La Selección Argentina vuelve a enfrentarse al desafío de un Mundial y lo hace con una situación llamativa en la historia del fútbol internacional. El equipo nacional será el campeón del mundo, en principio, que menos tiempo tuvo el título en sus manos. Serán seis meses menos, ya que en Qatar 2022 la Copa del Mundo se jugó en diciembre y, ahora, el torneo se desarrolla en nuestro invierno: un semestre menos. Esto no es un problema pero es una estadística calendaria. El fútbol, en definitiva, es efímero pero ¡Como pasa el tiempo!.
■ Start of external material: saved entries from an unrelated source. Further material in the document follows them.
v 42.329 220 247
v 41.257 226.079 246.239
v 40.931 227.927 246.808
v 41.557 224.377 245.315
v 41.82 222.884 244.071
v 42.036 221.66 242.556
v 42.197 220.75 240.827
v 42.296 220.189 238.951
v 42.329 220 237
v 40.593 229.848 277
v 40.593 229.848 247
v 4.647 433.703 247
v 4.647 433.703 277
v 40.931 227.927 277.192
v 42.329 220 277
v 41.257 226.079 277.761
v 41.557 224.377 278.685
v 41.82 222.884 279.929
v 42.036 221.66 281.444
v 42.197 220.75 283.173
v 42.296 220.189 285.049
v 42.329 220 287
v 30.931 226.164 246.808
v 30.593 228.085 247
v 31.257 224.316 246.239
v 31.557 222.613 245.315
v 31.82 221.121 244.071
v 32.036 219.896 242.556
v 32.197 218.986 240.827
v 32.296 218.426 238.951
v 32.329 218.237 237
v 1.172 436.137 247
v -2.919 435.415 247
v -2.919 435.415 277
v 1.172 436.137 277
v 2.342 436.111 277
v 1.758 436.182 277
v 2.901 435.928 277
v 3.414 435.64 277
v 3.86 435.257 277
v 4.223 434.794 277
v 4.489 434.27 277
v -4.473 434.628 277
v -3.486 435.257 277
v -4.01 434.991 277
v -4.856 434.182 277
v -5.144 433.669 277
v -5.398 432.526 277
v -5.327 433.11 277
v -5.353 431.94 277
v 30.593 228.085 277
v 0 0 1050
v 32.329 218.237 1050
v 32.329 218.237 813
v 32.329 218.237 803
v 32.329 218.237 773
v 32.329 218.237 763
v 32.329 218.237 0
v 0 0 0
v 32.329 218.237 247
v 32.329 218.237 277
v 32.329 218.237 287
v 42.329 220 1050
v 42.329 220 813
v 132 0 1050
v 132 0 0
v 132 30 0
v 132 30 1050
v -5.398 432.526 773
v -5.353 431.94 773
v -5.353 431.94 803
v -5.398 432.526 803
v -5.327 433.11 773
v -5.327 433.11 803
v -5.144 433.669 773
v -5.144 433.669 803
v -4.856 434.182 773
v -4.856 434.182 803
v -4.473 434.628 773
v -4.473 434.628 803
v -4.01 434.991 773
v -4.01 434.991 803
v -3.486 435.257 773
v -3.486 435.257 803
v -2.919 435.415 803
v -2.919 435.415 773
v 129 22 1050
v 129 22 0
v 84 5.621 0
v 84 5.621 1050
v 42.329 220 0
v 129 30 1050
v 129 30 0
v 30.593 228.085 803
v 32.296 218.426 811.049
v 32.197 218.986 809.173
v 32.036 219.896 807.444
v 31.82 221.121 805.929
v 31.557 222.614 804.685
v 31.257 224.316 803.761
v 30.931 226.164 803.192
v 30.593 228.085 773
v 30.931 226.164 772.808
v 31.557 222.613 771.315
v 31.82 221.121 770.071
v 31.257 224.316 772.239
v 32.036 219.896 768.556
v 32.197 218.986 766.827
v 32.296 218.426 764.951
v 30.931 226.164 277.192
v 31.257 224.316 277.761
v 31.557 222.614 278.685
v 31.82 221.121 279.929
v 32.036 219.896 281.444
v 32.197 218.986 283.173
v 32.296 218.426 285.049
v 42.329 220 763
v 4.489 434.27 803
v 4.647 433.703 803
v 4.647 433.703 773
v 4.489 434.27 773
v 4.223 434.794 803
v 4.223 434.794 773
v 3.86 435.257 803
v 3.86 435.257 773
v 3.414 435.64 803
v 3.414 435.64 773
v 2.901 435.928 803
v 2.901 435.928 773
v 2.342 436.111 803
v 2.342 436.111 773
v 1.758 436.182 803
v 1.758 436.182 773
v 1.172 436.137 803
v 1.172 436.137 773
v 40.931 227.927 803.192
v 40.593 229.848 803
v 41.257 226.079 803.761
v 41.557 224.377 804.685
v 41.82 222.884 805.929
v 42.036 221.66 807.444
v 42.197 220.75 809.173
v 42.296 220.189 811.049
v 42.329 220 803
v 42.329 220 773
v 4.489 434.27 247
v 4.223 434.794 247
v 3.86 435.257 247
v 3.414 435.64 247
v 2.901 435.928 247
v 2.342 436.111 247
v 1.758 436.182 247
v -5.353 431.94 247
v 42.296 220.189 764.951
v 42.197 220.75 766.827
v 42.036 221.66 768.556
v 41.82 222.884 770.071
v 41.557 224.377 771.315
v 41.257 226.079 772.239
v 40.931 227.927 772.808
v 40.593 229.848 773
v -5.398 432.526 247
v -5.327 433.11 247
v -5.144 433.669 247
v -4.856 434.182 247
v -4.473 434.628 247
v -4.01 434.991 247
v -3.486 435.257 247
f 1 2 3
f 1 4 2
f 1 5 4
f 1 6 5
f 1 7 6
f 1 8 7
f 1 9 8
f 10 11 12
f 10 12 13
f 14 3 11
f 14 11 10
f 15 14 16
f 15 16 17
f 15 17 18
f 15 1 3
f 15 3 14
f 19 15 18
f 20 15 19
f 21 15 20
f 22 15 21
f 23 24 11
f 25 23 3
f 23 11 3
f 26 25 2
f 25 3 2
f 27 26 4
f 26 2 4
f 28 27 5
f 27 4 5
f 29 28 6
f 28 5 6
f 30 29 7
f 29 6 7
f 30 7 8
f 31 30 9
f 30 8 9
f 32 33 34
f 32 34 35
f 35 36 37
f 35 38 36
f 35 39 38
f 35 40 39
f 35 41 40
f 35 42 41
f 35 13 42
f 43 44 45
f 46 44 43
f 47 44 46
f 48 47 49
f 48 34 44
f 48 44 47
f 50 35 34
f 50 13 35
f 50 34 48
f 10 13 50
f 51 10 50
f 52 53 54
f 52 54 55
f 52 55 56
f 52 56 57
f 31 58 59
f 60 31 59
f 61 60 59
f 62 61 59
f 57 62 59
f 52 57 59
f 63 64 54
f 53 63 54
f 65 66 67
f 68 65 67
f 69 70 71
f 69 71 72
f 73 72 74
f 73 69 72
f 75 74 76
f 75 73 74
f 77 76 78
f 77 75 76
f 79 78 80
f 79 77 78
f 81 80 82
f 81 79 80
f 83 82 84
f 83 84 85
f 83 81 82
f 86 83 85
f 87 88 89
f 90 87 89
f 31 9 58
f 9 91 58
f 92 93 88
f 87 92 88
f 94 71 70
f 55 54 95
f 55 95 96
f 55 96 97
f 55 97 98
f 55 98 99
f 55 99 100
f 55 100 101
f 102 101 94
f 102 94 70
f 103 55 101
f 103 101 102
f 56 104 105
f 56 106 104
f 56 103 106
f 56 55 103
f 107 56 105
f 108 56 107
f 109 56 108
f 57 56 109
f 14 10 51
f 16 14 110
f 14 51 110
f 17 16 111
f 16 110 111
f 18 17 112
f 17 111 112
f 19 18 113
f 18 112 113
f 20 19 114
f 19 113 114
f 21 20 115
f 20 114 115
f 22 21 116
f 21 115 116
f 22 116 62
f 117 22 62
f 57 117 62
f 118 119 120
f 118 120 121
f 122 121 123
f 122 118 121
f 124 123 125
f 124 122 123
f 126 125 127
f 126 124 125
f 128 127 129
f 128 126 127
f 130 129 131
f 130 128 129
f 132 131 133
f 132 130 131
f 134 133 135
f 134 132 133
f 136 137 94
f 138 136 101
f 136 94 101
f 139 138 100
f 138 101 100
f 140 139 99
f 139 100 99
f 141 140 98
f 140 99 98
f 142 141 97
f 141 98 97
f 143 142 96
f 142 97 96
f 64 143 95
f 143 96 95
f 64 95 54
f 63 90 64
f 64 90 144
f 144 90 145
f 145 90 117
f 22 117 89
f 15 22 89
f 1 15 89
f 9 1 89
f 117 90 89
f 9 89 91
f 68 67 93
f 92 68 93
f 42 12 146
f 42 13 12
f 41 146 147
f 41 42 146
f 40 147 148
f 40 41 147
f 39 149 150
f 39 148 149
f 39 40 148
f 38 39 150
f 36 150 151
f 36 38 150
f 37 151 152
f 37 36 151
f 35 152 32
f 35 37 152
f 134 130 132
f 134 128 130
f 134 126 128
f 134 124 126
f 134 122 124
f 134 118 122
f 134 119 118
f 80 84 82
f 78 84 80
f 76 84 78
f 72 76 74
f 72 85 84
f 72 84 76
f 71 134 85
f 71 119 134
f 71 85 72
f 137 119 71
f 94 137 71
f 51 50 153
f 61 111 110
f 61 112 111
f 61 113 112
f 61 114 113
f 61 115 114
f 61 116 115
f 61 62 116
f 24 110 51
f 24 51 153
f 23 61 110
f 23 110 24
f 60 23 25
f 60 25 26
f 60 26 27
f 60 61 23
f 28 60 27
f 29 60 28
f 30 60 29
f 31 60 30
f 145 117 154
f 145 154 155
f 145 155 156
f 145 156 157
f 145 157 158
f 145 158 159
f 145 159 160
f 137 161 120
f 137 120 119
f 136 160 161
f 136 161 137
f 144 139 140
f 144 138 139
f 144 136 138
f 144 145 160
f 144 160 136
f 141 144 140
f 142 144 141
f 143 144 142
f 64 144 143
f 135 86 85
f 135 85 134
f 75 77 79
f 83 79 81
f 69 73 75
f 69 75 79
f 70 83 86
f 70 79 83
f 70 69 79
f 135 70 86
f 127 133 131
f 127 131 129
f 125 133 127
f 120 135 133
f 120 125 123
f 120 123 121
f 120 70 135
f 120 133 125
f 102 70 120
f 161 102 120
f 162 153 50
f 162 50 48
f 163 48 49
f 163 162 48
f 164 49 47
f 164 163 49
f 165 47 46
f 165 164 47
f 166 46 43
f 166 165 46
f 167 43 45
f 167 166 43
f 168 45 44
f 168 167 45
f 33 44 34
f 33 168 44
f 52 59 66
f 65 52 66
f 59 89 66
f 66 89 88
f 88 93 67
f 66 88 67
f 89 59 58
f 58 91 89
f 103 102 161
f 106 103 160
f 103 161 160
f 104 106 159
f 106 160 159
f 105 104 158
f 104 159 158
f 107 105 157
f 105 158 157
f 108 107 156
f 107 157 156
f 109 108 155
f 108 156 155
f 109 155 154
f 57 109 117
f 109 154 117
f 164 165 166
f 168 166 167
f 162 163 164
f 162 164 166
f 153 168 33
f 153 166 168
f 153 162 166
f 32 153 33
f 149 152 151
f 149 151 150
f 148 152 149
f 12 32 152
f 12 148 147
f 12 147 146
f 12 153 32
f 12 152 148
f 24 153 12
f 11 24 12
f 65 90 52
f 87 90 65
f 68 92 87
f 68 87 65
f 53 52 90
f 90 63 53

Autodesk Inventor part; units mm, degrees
ref_plane "YZ Plane" through (0, 0, 0) normal (1, 0, 0) x (0, 1, 0)
ref_plane "XZ Plane" through (0, 0, 0) normal (0, 1, 0) x (-1, 0, 0)
ref_plane "XY Plane" through (0, 0, 0) normal (0, 0, 1) x (1, 0, 0)
sketch "Sketch1" plane through (0, 0, 0) normal (0, 0, 1) x (1, 0, 0)
  line L0 (0, 0) -> (132, 0)
  line L1 (132, 0) -> (132, 30)
  line L2 (132, 30) -> (129, 30)
  line L3 (42.329, 220) -> (32.329, 218.2367)
  line L4 (32.329, 218.2367) -> (0, 0)
  line L5 (129, 30) -> (129, 22)
  line L6 (129, 22) -> (84, 5.6213)
  line L7 (84, 5.6213) -> (114.3391, 5.6213) construction
  line L8 (84, 5.6213) -> (42.329, 220)
  dimension "d0" = 132
  dimension "d1" = 220
  dimension "d3" = 3
  dimension "d4" = 8
  dimension "d6" = 20
  dimension "d7" = 81
  dimension "d8" = 10
  dimension "d9" = 10
  dimension "d20" = 30
  dimension "d22" = 45
extrude "Extrusion1" add sketch "Sketch1" along normal blind 1050
sketch "Sketch2" plane through (32.329, 218.2367, 1050) normal (-0.1736482, 0.9848078, 0) x (0.9848078, 0.1736482, 0)
  line L0 (0, 277) -> (10.1543, 277)
  line L1 (10.1543, 277) -> (10.1543, 247)
  line L2 (10.1543, 247) -> (0, 247)
  line L3 (0, 247) -> (0, 277)
  line L4 (0, 1050) -> (0, 0) construction
  line L5 (0, 803) -> (10.1543, 803)
  line L6 (10.1543, 803) -> (10.1543, 773)
  line L7 (10.1543, 773) -> (0, 773)
  line L8 (0, 773) -> (0, 803)
  line L9 (13.9657, 1050) -> (0, 1050) construction
  line L10 (10.1543, 1050) -> (10.1543, 0) construction
  point P0 (-69.7343, 1050)
  dimension "d12" = 30
  dimension "d13" = 30
  dimension "d14" = 247
  dimension "d15" = 247
extrude "Extrusion2" add sketch "Sketch2" along normal blind 220
fillet "Fillet1" radius 3 4 edges at (4.1264, 436.6577, 788) (-5.8736, 434.8944, 788) (4.1264, 436.6577, 262) (-5.8736, 434.8944, 262)
fillet "Fillet2" radius 10 4 edges at (37.329, 219.1184, 803) (37.329, 219.1184, 277) (37.329, 219.1184, 773) (37.329, 219.1184, 247)
properties part number "sostenedor1"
Parece que fue ayer que más de cinco millones de personas salieron a la calle para festejar, todos unidos, el título de la Selección en Qatar en diciembre y con calor. Hoy el pueblo sale con una movilización a gran escala, pero para despedir a un ídolo. El sentir popular, en definitiva, vive en el rock y en el fútbol. Y, en este caso, al Mundial 2026 quizás por ser -en su mayoría- en Estados Unidos, quizás por la situación económica del país o, incluso, por haber celebrado hace muy poco un título del mundo, parece que le falta adrenalina. El clima no está, pero seguro aparecerá.
MÁS INFO
El paso del tiempo se nota en la cancha para Argentina. Quedó atrás Ángel Di María, porque decidió no jugar más en el equipo, y un par de futbolistas que quedaron afuera por nivel. Sin embargo, la base del equipo de Lionel Scaloni se mantiene. Dibu Martínez, Cuti Romero, Rodrigo De Paul, Alexis Mac Allister, Enzo Fernández y Lionel Messi son la columna vertebral de un once al que se le van sumando futbolistas según la conveniencia. La selección de Lionel Scaloni llega con menos variantes de las óptimas, pero con algunos ases bajo la manga. El ingreso de Nicolás Paz, la dinámica de Giuliano Simeone y el doble nueve de Julián Álvarez con Lautaro Martínez son variantes que pueden aparecer en cualquier momento.
Este Mundial que ya llega -aunque todavía no lo pensemos- tiene en el horizonte otra despedida: la de Lionel Messi. En Estados Unidos, el torneo que no solo lo tiene como figura, sino también como parte fundamental del negocio. Con su sexto Mundial, los flashes, las publicidades y todo lo que rodea al crack del Inter Miami genera dinero. Es que la decisión del crack de jugar en Miami fue también apuntalada por la organización de la Copa del Mundo. Empezar a tener control del fútbol también es tener al mejor futbolista de la historia jugando en su liga. Por ejemplo, el copropietario del Inter, Jorge Mas, reveló que el capitán recibe entre 70 y 80 millones de dólares al año, incluyendo las acciones del jugador. Sumado a los acuerdo comerciales con la televisación.
En la previa del torneo, fue el propio Lionel Scaloni quien dijo, en una conferencia de prensa, que la renovación no es un tema ahora. Sin embargo, después de la Copa del Mundo son muchos los baluartes que tendrán que tener un reemplazo. En Estados Unidos, lógicamente, no será momento para pensar. No obstante, el campeonato que arranca el próximo jueves 11 empieza a tener sabor a despedida de varios y de una generación que devolvió la gloria futbolística a este suelo. Ojalá puedan repetir.